[Source records]
──────────────────────────────
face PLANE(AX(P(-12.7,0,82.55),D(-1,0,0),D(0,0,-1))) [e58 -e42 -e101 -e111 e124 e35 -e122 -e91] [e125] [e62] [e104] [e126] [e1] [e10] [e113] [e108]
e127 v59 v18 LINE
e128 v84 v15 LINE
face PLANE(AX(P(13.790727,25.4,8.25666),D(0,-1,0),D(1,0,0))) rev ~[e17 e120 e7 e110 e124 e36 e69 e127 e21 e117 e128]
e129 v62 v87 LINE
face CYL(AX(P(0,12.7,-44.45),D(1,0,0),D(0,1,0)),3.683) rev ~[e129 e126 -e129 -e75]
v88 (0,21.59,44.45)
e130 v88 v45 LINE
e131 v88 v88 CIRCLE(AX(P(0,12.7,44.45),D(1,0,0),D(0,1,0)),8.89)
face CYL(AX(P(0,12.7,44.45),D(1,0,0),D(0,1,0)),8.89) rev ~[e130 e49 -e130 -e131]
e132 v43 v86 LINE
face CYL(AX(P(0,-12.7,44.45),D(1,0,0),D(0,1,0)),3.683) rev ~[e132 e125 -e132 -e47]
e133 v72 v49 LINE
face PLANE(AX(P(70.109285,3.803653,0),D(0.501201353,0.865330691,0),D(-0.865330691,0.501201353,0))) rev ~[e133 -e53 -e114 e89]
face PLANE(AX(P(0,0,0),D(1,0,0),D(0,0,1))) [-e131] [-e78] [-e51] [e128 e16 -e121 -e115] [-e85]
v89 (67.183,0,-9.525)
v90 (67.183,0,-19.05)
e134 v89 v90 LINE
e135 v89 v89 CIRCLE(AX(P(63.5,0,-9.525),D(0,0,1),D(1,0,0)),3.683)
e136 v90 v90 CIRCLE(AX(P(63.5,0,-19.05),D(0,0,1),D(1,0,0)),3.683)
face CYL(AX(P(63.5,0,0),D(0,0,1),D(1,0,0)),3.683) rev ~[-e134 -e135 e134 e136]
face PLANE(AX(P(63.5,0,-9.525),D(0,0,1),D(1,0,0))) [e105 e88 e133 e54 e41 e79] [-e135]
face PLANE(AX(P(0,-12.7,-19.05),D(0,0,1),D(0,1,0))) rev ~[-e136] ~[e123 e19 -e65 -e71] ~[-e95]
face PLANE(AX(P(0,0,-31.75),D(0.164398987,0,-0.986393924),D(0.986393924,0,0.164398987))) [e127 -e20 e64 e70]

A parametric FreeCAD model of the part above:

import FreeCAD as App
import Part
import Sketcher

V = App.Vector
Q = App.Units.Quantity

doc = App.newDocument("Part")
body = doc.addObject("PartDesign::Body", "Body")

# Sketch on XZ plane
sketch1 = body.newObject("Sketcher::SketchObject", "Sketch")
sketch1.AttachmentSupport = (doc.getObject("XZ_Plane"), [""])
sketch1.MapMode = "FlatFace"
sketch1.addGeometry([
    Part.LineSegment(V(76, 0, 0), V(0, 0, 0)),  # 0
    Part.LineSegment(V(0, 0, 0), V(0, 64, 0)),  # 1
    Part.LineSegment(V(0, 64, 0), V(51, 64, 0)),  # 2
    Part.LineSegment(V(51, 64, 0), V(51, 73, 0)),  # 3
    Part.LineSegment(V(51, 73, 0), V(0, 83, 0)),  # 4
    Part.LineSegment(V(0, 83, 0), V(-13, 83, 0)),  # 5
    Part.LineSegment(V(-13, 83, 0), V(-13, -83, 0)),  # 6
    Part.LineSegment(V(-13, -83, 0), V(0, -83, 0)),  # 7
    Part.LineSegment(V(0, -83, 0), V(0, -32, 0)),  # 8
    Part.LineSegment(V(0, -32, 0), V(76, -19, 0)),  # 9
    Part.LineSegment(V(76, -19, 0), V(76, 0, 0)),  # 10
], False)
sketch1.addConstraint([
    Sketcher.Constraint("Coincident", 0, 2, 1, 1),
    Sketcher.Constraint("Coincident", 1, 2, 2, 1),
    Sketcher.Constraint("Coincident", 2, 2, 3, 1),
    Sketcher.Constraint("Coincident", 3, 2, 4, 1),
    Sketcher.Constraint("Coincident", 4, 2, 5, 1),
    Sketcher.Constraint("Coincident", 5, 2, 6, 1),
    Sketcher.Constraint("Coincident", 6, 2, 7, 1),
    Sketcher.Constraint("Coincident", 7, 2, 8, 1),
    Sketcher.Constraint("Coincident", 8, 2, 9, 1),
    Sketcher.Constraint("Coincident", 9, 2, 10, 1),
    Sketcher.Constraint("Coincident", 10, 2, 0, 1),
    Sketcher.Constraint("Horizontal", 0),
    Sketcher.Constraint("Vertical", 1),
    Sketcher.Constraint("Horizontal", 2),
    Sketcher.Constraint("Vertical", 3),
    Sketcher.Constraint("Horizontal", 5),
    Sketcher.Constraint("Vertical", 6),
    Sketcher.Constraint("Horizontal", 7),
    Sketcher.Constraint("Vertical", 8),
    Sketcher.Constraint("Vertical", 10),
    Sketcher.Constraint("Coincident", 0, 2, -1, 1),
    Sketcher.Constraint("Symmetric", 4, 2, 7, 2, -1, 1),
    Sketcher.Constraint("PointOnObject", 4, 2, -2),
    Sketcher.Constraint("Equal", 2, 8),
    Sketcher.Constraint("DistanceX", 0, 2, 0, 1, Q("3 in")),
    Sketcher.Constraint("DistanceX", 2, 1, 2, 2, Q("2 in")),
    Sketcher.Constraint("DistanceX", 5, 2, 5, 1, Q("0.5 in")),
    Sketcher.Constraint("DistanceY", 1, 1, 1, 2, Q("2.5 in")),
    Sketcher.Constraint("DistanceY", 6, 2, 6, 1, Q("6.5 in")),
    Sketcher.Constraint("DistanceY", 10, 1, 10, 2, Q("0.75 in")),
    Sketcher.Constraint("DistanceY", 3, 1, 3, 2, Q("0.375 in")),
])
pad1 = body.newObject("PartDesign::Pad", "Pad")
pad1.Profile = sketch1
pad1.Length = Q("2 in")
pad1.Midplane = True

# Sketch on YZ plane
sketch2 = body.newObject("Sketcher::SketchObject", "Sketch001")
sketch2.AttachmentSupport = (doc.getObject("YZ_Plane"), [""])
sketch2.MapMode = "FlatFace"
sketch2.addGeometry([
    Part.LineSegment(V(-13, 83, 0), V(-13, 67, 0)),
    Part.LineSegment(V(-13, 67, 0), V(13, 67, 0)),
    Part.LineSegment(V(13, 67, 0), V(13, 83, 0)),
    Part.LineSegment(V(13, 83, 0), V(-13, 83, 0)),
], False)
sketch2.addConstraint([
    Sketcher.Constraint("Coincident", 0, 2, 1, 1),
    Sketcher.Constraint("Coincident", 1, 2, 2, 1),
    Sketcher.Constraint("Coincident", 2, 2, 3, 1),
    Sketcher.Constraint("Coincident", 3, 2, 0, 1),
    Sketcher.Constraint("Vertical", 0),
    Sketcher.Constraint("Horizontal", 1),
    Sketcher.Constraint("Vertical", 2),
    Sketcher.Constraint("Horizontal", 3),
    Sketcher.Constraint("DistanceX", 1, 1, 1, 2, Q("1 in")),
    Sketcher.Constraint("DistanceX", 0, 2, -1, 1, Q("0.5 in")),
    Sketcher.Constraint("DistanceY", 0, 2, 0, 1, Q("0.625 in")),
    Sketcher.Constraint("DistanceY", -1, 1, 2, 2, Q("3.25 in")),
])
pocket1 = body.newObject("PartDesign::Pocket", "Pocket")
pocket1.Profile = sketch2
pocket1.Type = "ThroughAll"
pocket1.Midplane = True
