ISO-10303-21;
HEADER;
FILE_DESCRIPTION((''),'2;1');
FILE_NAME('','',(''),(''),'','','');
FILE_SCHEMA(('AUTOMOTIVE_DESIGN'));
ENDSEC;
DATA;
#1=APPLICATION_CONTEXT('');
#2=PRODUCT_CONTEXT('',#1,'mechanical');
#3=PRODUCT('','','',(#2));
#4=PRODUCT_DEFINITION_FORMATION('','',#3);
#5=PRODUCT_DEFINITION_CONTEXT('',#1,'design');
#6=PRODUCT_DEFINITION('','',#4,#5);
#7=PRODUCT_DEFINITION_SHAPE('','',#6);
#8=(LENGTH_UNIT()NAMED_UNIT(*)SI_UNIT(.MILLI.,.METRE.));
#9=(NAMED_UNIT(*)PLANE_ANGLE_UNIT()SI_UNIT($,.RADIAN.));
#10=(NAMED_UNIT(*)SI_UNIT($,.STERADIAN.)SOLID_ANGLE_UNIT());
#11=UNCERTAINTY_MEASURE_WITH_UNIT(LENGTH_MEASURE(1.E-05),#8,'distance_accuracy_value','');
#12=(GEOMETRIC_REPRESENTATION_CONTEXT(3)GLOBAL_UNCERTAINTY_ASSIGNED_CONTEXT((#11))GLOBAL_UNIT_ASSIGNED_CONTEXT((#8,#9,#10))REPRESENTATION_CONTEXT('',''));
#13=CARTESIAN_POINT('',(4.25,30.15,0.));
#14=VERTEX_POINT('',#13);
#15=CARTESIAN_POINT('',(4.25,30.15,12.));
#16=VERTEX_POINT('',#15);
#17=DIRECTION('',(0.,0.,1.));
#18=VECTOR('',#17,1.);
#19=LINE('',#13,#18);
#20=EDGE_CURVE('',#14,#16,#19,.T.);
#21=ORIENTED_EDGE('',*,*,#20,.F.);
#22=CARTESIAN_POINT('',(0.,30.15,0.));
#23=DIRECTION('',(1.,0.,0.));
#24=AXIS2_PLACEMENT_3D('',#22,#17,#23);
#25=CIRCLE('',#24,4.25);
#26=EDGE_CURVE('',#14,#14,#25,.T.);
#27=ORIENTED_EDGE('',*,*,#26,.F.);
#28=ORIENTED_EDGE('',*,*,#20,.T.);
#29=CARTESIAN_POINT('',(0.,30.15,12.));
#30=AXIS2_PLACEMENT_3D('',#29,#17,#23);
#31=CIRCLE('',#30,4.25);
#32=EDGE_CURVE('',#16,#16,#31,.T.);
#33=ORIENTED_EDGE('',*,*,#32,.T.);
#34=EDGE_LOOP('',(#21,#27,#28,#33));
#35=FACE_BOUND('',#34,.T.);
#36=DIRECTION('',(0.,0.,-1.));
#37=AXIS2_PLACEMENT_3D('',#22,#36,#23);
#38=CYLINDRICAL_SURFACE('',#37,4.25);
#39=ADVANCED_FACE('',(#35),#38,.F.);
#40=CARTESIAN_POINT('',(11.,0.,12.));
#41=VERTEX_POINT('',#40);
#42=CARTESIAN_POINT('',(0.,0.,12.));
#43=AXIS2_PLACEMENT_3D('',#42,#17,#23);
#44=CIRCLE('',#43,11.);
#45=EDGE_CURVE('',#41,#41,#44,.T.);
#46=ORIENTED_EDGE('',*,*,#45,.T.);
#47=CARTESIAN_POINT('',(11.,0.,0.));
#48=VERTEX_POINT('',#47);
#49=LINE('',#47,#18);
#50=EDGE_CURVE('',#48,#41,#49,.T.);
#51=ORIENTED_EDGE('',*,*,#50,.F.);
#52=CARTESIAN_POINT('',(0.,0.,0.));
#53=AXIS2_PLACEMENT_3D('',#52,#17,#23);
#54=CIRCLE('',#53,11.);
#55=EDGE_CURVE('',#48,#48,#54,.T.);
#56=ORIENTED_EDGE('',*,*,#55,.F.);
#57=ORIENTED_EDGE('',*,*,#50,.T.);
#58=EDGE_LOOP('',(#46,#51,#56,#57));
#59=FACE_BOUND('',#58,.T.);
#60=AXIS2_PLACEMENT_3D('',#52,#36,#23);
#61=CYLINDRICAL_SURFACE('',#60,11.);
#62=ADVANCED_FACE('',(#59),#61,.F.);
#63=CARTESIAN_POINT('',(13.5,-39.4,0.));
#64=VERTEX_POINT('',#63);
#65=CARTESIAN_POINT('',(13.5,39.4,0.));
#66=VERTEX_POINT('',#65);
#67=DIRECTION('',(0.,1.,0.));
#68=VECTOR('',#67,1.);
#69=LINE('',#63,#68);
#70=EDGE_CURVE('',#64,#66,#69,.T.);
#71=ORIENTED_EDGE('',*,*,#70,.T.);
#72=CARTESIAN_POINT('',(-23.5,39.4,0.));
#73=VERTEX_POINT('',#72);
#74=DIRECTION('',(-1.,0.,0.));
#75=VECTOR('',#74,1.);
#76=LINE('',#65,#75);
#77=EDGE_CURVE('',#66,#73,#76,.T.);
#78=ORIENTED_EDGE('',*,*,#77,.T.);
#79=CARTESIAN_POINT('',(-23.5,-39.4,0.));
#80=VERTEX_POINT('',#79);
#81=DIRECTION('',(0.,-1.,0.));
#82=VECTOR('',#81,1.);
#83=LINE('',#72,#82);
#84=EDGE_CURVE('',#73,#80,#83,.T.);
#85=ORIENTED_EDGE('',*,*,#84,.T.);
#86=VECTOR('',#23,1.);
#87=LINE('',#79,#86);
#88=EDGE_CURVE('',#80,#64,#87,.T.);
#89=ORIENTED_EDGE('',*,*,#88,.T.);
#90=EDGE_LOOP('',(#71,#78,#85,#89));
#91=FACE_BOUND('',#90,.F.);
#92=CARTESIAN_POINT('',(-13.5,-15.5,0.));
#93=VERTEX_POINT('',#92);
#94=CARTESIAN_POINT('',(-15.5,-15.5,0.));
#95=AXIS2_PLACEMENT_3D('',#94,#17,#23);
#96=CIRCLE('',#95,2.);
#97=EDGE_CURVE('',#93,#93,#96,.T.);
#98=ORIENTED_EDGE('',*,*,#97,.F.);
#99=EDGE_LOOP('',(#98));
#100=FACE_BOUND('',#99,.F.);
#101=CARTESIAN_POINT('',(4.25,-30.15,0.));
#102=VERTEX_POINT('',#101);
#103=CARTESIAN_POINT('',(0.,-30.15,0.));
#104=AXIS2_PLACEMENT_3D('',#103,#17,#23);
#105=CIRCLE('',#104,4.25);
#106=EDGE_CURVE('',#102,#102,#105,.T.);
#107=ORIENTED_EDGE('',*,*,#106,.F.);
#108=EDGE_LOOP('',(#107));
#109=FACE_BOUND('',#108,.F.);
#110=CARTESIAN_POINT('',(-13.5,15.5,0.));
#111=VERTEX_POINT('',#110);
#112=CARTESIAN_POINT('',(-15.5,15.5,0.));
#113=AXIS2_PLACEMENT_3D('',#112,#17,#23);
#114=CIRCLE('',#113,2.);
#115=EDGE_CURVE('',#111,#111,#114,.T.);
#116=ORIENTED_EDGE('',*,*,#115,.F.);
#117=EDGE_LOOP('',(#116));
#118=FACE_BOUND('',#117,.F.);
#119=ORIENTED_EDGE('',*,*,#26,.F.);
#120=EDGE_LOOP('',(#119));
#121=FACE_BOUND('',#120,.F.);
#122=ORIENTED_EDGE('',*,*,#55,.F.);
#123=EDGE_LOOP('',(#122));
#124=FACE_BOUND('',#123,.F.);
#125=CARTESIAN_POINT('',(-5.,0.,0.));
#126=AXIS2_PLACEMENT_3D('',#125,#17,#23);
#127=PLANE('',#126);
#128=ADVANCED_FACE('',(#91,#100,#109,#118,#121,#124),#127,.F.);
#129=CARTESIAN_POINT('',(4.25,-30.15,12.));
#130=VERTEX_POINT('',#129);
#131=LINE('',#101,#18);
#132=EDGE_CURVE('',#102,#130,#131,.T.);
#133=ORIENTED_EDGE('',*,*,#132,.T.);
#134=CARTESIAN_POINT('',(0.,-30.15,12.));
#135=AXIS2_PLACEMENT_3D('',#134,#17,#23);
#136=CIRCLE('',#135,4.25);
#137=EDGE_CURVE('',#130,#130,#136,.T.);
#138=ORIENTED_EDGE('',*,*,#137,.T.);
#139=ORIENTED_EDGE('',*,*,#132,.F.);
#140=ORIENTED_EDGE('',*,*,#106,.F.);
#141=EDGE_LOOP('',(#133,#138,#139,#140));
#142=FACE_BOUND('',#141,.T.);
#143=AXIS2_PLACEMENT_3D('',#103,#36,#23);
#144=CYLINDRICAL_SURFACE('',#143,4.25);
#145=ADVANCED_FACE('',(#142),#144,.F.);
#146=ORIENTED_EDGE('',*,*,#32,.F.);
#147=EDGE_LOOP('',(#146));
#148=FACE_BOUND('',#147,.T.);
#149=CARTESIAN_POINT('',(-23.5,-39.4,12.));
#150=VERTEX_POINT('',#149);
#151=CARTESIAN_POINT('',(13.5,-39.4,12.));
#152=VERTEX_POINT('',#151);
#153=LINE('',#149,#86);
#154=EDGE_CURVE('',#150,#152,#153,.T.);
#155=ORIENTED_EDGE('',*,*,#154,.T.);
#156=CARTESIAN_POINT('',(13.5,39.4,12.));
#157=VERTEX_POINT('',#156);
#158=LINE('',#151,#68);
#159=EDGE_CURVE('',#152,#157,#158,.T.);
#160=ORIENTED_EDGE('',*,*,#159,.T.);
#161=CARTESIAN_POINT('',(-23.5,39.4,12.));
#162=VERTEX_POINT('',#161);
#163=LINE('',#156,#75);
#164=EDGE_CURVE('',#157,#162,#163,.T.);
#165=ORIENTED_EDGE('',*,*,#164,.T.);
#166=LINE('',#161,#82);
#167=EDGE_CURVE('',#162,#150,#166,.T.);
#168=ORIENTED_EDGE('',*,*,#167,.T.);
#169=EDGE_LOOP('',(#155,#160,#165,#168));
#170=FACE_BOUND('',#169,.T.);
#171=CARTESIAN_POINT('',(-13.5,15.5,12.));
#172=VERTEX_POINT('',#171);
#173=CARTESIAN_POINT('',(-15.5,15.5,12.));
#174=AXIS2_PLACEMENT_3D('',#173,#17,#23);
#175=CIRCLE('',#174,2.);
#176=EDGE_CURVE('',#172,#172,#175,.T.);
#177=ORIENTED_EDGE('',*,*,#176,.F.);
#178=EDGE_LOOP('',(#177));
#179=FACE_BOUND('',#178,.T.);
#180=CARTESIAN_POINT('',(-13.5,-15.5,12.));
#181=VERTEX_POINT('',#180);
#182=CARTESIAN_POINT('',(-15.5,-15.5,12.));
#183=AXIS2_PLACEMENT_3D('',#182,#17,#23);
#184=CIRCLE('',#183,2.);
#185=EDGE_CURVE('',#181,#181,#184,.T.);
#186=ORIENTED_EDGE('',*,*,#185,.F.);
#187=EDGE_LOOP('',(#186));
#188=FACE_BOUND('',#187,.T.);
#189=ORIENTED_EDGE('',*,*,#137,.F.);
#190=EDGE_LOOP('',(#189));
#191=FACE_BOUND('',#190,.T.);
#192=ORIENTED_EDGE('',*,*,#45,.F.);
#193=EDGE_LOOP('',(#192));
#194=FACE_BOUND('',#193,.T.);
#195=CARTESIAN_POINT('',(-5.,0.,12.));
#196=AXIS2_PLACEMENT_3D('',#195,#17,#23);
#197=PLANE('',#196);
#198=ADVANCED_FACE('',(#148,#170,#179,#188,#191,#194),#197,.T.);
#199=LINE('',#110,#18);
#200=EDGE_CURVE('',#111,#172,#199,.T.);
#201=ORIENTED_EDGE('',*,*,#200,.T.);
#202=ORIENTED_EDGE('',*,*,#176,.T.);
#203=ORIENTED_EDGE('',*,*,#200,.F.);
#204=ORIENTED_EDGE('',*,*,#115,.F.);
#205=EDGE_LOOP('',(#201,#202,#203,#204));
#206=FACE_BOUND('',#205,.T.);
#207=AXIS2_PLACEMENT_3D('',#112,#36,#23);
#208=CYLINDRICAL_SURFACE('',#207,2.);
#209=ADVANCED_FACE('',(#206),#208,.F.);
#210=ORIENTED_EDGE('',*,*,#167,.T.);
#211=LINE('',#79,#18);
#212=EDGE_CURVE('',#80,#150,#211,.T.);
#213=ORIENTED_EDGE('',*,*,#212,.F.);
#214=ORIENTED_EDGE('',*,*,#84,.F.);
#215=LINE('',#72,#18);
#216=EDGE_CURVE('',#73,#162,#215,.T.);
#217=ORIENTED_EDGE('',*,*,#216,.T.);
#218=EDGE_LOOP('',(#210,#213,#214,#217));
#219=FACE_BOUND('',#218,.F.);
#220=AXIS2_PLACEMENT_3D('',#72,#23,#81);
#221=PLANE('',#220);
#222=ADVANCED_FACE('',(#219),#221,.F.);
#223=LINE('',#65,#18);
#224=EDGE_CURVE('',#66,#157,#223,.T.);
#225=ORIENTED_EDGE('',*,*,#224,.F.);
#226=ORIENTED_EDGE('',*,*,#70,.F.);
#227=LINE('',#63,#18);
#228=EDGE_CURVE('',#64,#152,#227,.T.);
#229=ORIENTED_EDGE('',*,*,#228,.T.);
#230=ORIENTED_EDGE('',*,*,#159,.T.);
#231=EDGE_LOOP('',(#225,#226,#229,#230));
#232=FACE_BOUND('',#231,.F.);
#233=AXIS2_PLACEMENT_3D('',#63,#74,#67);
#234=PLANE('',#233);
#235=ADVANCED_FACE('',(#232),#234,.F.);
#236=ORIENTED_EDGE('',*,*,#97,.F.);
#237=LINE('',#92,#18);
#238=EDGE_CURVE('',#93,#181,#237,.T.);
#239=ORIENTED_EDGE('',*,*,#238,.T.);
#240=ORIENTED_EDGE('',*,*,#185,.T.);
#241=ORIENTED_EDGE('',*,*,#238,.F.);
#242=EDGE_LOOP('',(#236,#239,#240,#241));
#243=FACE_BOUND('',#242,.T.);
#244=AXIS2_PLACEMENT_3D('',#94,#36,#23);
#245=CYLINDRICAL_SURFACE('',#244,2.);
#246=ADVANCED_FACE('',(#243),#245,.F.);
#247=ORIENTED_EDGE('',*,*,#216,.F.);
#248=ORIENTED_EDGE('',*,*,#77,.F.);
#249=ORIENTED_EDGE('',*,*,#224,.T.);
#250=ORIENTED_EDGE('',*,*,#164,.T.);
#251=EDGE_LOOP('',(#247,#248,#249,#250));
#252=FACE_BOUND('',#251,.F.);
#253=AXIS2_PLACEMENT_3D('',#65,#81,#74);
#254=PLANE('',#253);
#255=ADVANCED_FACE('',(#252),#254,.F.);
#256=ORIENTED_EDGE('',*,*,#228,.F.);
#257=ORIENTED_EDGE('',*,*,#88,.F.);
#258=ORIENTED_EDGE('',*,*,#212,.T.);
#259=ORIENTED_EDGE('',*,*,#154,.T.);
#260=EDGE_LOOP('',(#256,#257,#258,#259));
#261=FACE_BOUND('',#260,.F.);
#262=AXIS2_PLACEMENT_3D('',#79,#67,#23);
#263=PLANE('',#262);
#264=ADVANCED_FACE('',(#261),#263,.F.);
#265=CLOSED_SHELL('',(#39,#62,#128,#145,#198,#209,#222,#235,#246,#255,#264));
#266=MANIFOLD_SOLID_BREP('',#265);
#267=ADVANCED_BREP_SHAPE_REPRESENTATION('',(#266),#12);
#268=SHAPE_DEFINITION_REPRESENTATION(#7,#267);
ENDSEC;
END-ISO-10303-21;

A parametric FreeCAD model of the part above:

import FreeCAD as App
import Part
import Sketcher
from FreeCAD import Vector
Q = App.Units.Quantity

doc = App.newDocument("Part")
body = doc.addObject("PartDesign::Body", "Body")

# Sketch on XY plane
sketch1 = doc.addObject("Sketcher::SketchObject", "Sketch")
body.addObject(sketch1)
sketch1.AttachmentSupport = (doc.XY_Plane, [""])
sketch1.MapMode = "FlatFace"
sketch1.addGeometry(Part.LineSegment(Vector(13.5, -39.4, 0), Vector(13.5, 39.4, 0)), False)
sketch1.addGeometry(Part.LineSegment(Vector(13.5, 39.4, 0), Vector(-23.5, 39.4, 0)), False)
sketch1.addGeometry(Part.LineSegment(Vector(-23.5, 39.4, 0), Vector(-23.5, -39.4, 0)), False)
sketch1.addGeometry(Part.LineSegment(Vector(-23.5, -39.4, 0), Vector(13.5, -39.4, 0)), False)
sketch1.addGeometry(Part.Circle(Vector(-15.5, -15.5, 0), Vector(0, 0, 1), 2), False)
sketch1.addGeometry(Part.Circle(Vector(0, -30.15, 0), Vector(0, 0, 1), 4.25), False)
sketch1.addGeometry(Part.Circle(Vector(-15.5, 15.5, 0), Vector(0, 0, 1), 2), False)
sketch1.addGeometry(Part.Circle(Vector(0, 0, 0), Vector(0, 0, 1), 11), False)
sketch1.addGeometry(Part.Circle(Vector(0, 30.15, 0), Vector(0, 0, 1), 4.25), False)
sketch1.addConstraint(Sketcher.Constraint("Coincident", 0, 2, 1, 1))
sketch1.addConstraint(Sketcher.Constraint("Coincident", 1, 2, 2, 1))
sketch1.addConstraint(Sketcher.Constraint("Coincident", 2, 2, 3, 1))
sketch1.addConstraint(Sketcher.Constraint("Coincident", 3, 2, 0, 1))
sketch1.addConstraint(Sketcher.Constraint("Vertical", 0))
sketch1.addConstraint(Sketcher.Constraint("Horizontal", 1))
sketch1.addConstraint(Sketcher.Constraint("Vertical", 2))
──────────────────────────────
Scan the records above for the lines holding "#98=ORIENTED_EDGE('',*,*,#97,.F.);" and "#128=ADVANCED_FACE('',(#91,#100,#109,#118,#121,#124),#127,.F.);". Transcribe those two and every line between them word for word, and no others.

WRITTEN REPLY:
#98=ORIENTED_EDGE('',*,*,#97,.F.);
#99=EDGE_LOOP('',(#98));
#100=FACE_BOUND('',#99,.F.);
#101=CARTESIAN_POINT('',(4.25,-30.15,0.));
#102=VERTEX_POINT('',#101);
#103=CARTESIAN_POINT('',(0.,-30.15,0.));
#104=AXIS2_PLACEMENT_3D('',#103,#17,#23);
#105=CIRCLE('',#104,4.25);
#106=EDGE_CURVE('',#102,#102,#105,.T.);
#107=ORIENTED_EDGE('',*,*,#106,.F.);
#108=EDGE_LOOP('',(#107));
#109=FACE_BOUND('',#108,.F.);
#110=CARTESIAN_POINT('',(-13.5,15.5,0.));
#111=VERTEX_POINT('',#110);
#112=CARTESIAN_POINT('',(-15.5,15.5,0.));
#113=AXIS2_PLACEMENT_3D('',#112,#17,#23);
#114=CIRCLE('',#113,2.);
#115=EDGE_CURVE('',#111,#111,#114,.T.);
#116=ORIENTED_EDGE('',*,*,#115,.F.);
#117=EDGE_LOOP('',(#116));
#118=FACE_BOUND('',#117,.F.);
#119=ORIENTED_EDGE('',*,*,#26,.F.);
#120=EDGE_LOOP('',(#119));
#121=FACE_BOUND('',#120,.F.);
#122=ORIENTED_EDGE('',*,*,#55,.F.);
#123=EDGE_LOOP('',(#122));
#124=FACE_BOUND('',#123,.F.);
#125=CARTESIAN_POINT('',(-5.,0.,0.));
#126=AXIS2_PLACEMENT_3D('',#125,#17,#23);
#127=PLANE('',#126);
#128=ADVANCED_FACE('',(#91,#100,#109,#118,#121,#124),#127,.F.);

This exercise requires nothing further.